I have thrown in a little bit of everything that an author would need to write a technical article (such as this one!). Authors can use the html namespace for common things such as lists and bullets, there is also a code element authors would use to display source code fragments.
The XML store files include the main article list, and a file for each article category. These will be the files that ASP pages query to get lists of articles and search for files. For example, they might look something like this:
<?xml version="1.0"?> <articles> <article ref="building_an_online_inventory_list"> <title>Building an Online Inventory List</title> <author>Jeremy Lowery</author> <date>October 22, 2000</date> <page_count></page_count> <category>Database</category> <caption>Learn how to use ADO with ASP, SQL, and MS Access by building an online inventory list. </caption> </article> </articles> The Schema
Of course, while developing such an application, it is imperative that you have a uniform document schema or DTD that your authors would follow. They could do all of the validating and testing themselves on their own machines using an XSLT template and a remote schema. I have included one in the source code for this article. Since schemas are not my target in this article, I will not be discussing them any further.
Well, I suppose it's time to dive into the code! The ASP code listed in this article is a simplfied version of the file that comes with the code download for the article. That's because, for the purpose of readability, I have removed a lot of the mundane error checking that is a MUST in production code, especially when working with XML. For completeness, you should always check the parseError method of your XML objects after they are loaded:
MyXml.load("myfile.xml") If MyXml.parseError <> 0 Then 'Oops! Error occurred!
Alright, on with the code.
The most difficult thing to accomplish in such a system is actually creating the article. This is done in the GenerateArticle function. We pass in the variable strSourceFile , which is the path to the XML article document, and load that file:
Function GenerateArticle(strSourceFile) Set xmlSource = Server.CreateObject("MSXML2.DOMDocument.3.0") xmlSource.async = false xmlSource.load(strSourceFile)
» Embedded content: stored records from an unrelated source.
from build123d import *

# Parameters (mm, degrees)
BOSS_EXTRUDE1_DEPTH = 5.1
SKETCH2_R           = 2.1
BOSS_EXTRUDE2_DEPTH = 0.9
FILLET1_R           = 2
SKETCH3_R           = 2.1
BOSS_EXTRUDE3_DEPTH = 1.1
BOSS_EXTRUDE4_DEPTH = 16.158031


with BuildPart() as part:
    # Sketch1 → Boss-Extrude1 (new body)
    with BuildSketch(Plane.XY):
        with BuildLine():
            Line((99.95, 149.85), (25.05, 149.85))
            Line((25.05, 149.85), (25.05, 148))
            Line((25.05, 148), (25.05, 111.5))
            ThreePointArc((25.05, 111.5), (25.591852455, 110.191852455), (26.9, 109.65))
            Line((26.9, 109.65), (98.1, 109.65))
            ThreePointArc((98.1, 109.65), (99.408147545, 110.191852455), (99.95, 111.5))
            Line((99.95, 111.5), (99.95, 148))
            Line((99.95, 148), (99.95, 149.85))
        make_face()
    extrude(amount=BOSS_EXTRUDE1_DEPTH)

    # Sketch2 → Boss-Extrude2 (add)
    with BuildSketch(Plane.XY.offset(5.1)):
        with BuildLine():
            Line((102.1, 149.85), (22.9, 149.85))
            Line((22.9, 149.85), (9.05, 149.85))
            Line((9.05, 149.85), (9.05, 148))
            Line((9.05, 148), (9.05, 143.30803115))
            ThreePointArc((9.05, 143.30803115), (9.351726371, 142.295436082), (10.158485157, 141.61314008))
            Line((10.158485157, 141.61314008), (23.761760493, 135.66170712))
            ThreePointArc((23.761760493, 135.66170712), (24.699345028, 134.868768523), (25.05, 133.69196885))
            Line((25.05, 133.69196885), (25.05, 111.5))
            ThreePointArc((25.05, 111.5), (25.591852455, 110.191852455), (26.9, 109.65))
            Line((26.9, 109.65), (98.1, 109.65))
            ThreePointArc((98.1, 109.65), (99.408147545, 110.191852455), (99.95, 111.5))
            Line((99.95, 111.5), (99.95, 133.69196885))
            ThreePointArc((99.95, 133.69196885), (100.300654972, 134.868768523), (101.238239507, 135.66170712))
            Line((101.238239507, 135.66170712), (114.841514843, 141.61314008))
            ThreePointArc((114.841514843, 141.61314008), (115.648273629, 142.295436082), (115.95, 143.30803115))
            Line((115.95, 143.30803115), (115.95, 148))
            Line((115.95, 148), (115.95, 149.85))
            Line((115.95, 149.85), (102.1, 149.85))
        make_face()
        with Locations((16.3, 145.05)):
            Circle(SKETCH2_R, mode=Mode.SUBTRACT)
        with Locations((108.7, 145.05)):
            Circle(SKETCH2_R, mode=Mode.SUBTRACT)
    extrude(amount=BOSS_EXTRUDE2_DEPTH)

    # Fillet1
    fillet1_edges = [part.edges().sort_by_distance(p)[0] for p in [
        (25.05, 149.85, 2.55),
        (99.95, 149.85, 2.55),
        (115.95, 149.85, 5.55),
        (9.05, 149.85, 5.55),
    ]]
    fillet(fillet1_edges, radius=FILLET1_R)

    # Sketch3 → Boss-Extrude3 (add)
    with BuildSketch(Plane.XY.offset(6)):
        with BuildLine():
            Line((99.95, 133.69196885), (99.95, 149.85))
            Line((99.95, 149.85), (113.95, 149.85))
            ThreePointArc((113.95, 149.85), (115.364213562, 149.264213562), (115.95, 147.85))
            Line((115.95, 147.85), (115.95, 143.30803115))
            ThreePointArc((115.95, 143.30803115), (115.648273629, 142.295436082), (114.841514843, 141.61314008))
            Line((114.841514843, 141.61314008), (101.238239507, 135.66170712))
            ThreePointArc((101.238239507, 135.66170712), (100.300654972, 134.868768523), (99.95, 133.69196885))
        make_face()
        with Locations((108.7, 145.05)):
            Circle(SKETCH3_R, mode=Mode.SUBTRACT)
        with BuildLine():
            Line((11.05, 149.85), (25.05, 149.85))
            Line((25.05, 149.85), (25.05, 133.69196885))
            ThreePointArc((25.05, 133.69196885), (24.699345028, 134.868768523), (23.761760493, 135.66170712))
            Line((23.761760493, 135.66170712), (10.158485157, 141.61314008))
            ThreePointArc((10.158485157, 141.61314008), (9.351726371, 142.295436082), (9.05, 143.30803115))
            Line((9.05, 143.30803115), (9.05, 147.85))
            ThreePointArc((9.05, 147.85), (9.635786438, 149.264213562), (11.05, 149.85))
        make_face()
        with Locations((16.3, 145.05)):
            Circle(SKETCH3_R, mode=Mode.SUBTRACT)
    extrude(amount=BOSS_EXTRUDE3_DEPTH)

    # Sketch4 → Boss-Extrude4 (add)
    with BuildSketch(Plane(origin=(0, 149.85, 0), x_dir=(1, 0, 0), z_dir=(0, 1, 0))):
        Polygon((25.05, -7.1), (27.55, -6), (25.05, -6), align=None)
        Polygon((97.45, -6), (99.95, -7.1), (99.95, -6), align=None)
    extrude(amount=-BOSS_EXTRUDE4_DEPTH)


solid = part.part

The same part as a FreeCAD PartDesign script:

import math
import FreeCAD as App
import Part
import Sketcher
Q = App.Units.Quantity


def edges_at(feature, points):
    """Names of the edges that pass closest to the given points."""
    edges = feature.Shape.Edges
    near = lambda p: min(range(len(edges)), key=lambda i: edges[i].distToShape(Part.Vertex(*p))[0])
    return sorted({f"Edge{near(p) + 1}" for p in points})

doc = App.newDocument("Part")
params = doc.addObject("Spreadsheet::Sheet", "Params")
for row, (alias, value) in enumerate([
    ("sketch1_radius", "1.85 mm"),
    ("sketch1_width", "74.9 mm"),
    ("sketch1_height", "38.35 mm"),
    ("pad1_length", "5.1 mm"),
    ("sketch2_diameter", "4.2 mm"),
    ("sketch2_radius", "1.85 mm"),
    ("sketch2_radius2", "2.15 mm"),
    ("sketch2_width", "71.2 mm"),
    ("sketch2_width2", "106.9 mm"),
    ("pad2_length", "0.9 mm"),
    ("fillet_radius", "2 mm"),
    ("sketch3_radius", "2 mm"),
    ("sketch3_diameter", "4.2 mm"),
    ("sketch3_width", "14 mm"),
    ("sketch3_radius2", "2.15 mm"),
    ("sketch3_radius3", "1.85 mm"),
    ("pad3_length", "1.1 mm"),
    ("sketch4_width", "2.5 mm"),
    ("sketch4_height", "1.1 mm"),
    ("pad4_length", "16.158031 mm"),
], start=1):
    params.set(f"A{row}", alias)
    params.set(f"B{row}", "=" + value)
    params.setAlias(f"B{row}", alias)

body = doc.addObject("PartDesign::Body", "Body")

# Sketch on XY plane
sketch1 = body.newObject("Sketcher::SketchObject", "Sketch")
sketch1.AttachmentSupport = (doc.getObject("XY_Plane"), [""])
sketch1.MapMode = "FlatFace"
sketch1.addGeometry([
    Part.LineSegment(App.Vector(99.95, 149.85, 0), App.Vector(25.05, 149.85, 0)),  # 0
    Part.LineSegment(App.Vector(25.05, 149.85, 0), App.Vector(25.05, 111.5, 0)),  # 1
    Part.ArcOfCircle(Part.Circle(App.Vector(26.9, 111.5, 0), App.Vector(0, 0, 1), 1.85), math.radians(-180), math.radians(-90)),  # 2
    Part.LineSegment(App.Vector(26.9, 109.65, 0), App.Vector(98.1, 109.65, 0)),  # 3
    Part.ArcOfCircle(Part.Circle(App.Vector(98.1, 111.5, 0), App.Vector(0, 0, 1), 1.85), math.radians(-90), math.radians(0)),  # 4
    Part.LineSegment(App.Vector(99.95, 111.5, 0), App.Vector(99.95, 149.85, 0)),  # 5
], False)
sketch1.addConstraint([
    Sketcher.Constraint("Coincident", 0, 2, 1, 1),
    Sketcher.Constraint("Tangent", 1, 2, 2, 1),
    Sketcher.Constraint("Tangent", 2, 2, 3, 1),
    Sketcher.Constraint("Tangent", 3, 2, 4, 1),
    Sketcher.Constraint("Tangent", 4, 2, 5, 1),
    Sketcher.Constraint("Coincident", 5, 2, 0, 1),
    Sketcher.Constraint("Horizontal", 0),
    Sketcher.Constraint("Vertical", 1),
    Sketcher.Constraint("Horizontal", 3),
    Sketcher.Constraint("Vertical", 5),
    Sketcher.Constraint("Equal", 2, 4),
    Sketcher.Constraint("Radius", 2, Q("1.85 mm")),
    Sketcher.Constraint("DistanceX", 0, 2, 0, 1, Q("74.9 mm")),
    Sketcher.Constraint("DistanceY", 1, 2, 1, 1, Q("38.35 mm")),
    Sketcher.Constraint("DistanceX", -1, 1, 2, 3, Q("26.9 mm")),
    Sketcher.Constraint("DistanceY", -1, 1, 2, 3, Q("111.5 mm")),
])
sketch1.setExpression("Constraints[11]", "Params.sketch1_radius")
sketch1.setExpression("Constraints[12]", "Params.sketch1_width")
sketch1.setExpression("Constraints[13]", "Params.sketch1_height")
pad1 = body.newObject("PartDesign::Pad", "Pad")
pad1.Profile = sketch1
pad1.setExpression("Length", "Params.pad1_length")

# Sketch on XY plane
sketch2 = body.newObject("Sketcher::SketchObject", "Sketch001")
sketch2.AttachmentSupport = (doc.getObject("XY_Plane"), [""])
sketch2.MapMode = "FlatFace"
sketch2.AttachmentOffset = App.Placement(App.Vector(0, 0, 5.1), App.Rotation())
sketch2.addGeometry([
    Part.LineSegment(App.Vector(9.05, 149.85, 0), App.Vector(9.05, 143.308031, 0)),  # 0
    Part.ArcOfCircle(Part.Circle(App.Vector(10.9, 143.308031, 0), App.Vector(0, 0, 1), 1.85), math.radians(180), math.radians(246.370622)),  # 1
    Part.LineSegment(App.Vector(10.158485, 141.61314, 0), App.Vector(23.76176, 135.661707, 0)),  # 2
    Part.ArcOfCircle(Part.Circle(App.Vector(22.9, 133.691969, 0), App.Vector(0, 0, 1), 2.15), math.radians(0), math.radians(66.370622)),  # 3
    Part.LineSegment(App.Vector(25.05, 133.691969, 0), App.Vector(25.05, 111.5, 0)),  # 4
    Part.ArcOfCircle(Part.Circle(App.Vector(26.9, 111.5, 0), App.Vector(0, 0, 1), 1.85), math.radians(-180), math.radians(-90)),  # 5
    Part.LineSegment(App.Vector(26.9, 109.65, 0), App.Vector(98.1, 109.65, 0)),  # 6
    Part.ArcOfCircle(Part.Circle(App.Vector(98.1, 111.5, 0), App.Vector(0, 0, 1), 1.85), math.radians(-90), math.radians(0)),  # 7
    Part.LineSegment(App.Vector(99.95, 111.5, 0), App.Vector(99.95, 133.691969, 0)),  # 8
    Part.ArcOfCircle(Part.Circle(App.Vector(102.1, 133.691969, 0), App.Vector(0, 0, 1), 2.15), math.radians(113.629378), math.radians(180)),  # 9
    Part.LineSegment(App.Vector(101.23824, 135.661707, 0), App.Vector(114.841515, 141.61314, 0)),  # 10
    Part.ArcOfCircle(Part.Circle(App.Vector(114.1, 143.308031, 0), App.Vector(0, 0, 1), 1.85), math.radians(-66.370622), math.radians(0)),  # 11
    Part.LineSegment(App.Vector(115.95, 143.308031, 0), App.Vector(115.95, 149.85, 0)),  # 12
    Part.LineSegment(App.Vector(115.95, 149.85, 0), App.Vector(9.05, 149.85, 0)),  # 13
    Part.Circle(App.Vector(16.3, 145.05, 0), App.Vector(0, 0, 1), 2.1),  # 14
    Part.Circle(App.Vector(108.7, 145.05, 0), App.Vector(0, 0, 1), 2.1),  # 15
], False)
sketch2.addConstraint([
    Sketcher.Constraint("Tangent", 0, 2, 1, 1),
    Sketcher.Constraint("Tangent", 1, 2, 2, 1),
    Sketcher.Constraint("Tangent", 2, 2, 3, 2),
    Sketcher.Constraint("Tangent", 3, 1, 4, 1),
    Sketcher.Constraint("Tangent", 4, 2, 5, 1),
    Sketcher.Constraint("Tangent", 5, 2, 6, 1),
    Sketcher.Constraint("Tangent", 6, 2, 7, 1),
    Sketcher.Constraint("Tangent", 7, 2, 8, 1),
    Sketcher.Constraint("Tangent", 8, 2, 9, 2),
    Sketcher.Constraint("Tangent", 9, 1, 10, 1),
    Sketcher.Constraint("Tangent", 10, 2, 11, 1),
    Sketcher.Constraint("Tangent", 11, 2, 12, 1),
    Sketcher.Constraint("Coincident", 12, 2, 13, 1),
    Sketcher.Constraint("Coincident", 13, 2, 0, 1),
    Sketcher.Constraint("Vertical", 0),
    Sketcher.Constraint("Vertical", 4),
    Sketcher.Constraint("Horizontal", 6),
    Sketcher.Constraint("Vertical", 8),
    Sketcher.Constraint("Vertical", 12),
    Sketcher.Constraint("Horizontal", 13),
    Sketcher.Constraint("Equal", 1, 5),
    Sketcher.Constraint("Equal", 5, 7),
    Sketcher.Constraint("Equal", 3, 9),
    Sketcher.Constraint("Equal", 7, 11),
    Sketcher.Constraint("Equal", 14, 15),
    Sketcher.Constraint("Horizontal", 3, 3, 9, 3),
    Sketcher.Constraint("Horizontal", 1, 3, 11, 3),
    Sketcher.Constraint("Horizontal", 14, 3, 15, 3),
    Sketcher.Constraint("Horizontal", 2, 2, 9, 1),
    Sketcher.Constraint("Diameter", 14, Q("4.2 mm")),
    Sketcher.Constraint("Radius", 1, Q("1.85 mm")),
    Sketcher.Constraint("Radius", 3, Q("2.15 mm")),
    Sketcher.Constraint("DistanceX", 6, 1, 6, 2, Q("71.2 mm")),
    Sketcher.Constraint("DistanceX", 13, 2, 13, 1, Q("106.9 mm")),
    Sketcher.Constraint("DistanceX", -1, 1, 1, 3, Q("10.9 mm")),
    Sketcher.Constraint("DistanceY", -1, 1, 5, 3, Q("111.5 mm")),
    Sketcher.Constraint("DistanceX", -1, 1, 14, 3, Q("16.3 mm")),
    Sketcher.Constraint("DistanceX", -1, 1, 15, 3, Q("108.7 mm")),
    Sketcher.Constraint("DistanceY", 6, 2, 15, 3, Q("35.4 mm")),
    Sketcher.Constraint("DistanceY", 15, 3, 12, 2, Q("4.8 mm")),
    Sketcher.Constraint("DistanceY", 0, 2, 0, 1, Q("6.541969 mm")),
    Sketcher.Constraint("DistanceY", 4, 2, 4, 1, Q("22.191969 mm")),
])
sketch2.setExpression("Constraints[29]", "Params.sketch2_diameter")
sketch2.setExpression("Constraints[30]", "Params.sketch2_radius")
sketch2.setExpression("Constraints[31]", "Params.sketch2_radius2")
sketch2.setExpression("Constraints[32]", "Params.sketch2_width")
sketch2.setExpression("Constraints[33]", "Params.sketch2_width2")
pad2 = body.newObject("PartDesign::Pad", "Pad001")
pad2.Profile = sketch2
pad2.setExpression("Length", "Params.pad2_length")
doc.recompute()

fillet = body.newObject("PartDesign::Fillet", "Fillet")
fillet.Base = (pad2, edges_at(pad2, [
    (25.05, 149.85, 2.55),
    (99.95, 149.85, 2.55),
    (115.95, 149.85, 5.55),
    (9.05, 149.85, 5.55),
]))
fillet.setExpression("Radius", "Params.fillet_radius")

# Sketch on XY plane
sketch3 = body.newObject("Sketcher::SketchObject", "Sketch002")
sketch3.AttachmentSupport = (doc.getObject("XY_Plane"), [""])
sketch3.MapMode = "FlatFace"
sketch3.AttachmentOffset = App.Placement(App.Vector(0, 0, 6), App.Rotation())
sketch3.addGeometry([
    Part.LineSegment(App.Vector(99.95, 149.85, 0), App.Vector(99.95, 133.691969, 0)),  # 0
    Part.ArcOfCircle(Part.Circle(App.Vector(102.1, 133.691969, 0), App.Vector(0, 0, 1), 2.15), math.radians(113.629378), math.radians(180)),  # 1
    Part.LineSegment(App.Vector(101.23824, 135.661707, 0), App.Vector(114.841515, 141.61314, 0)),  # 2
    Part.ArcOfCircle(Part.Circle(App.Vector(114.1, 143.308031, 0), App.Vector(0, 0, 1), 1.85), math.radians(-66.370622), math.radians(0)),  # 3
    Part.LineSegment(App.Vector(115.95, 143.308031, 0), App.Vector(115.95, 147.85, 0)),  # 4
    Part.ArcOfCircle(Part.Circle(App.Vector(113.95, 147.85, 0), App.Vector(0, 0, 1), 2), math.radians(0), math.radians(90)),  # 5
Then get the title of the article:
Set doc = xmlSource.documentElement Set node = doc.selectSinglenode("/article/meta/title") strArticleTitle = node.text
And load up the master article list to see if the article already exists:
Set xmlStore = Server.CreateObject("MSXML2.DOMDocument.3.0") xmlStore.async = false xmlStore.load("master_article_list.xml") Set doc = xmlStore.documentElement For Each node in doc.childNodes If CStr(node.selectSinglenode("title").text) = CStr(strArticleTitle) Then Response.Write "There is already an article with the title """ &_ strArticleTitle & """<br />" Exit Function End If Next
Here is where the application really gets interesting. The rest of this function will be using different XSLT style sheets to massage the XML article. Using style sheets like this, we can throw something in any number of times, and we always get the same thing out. We could use the DOM to perform such tasks, but XSLT is just fun! In addition, using XSLT is much faster than the DOM. This is because you only have to make one call through the COM layer.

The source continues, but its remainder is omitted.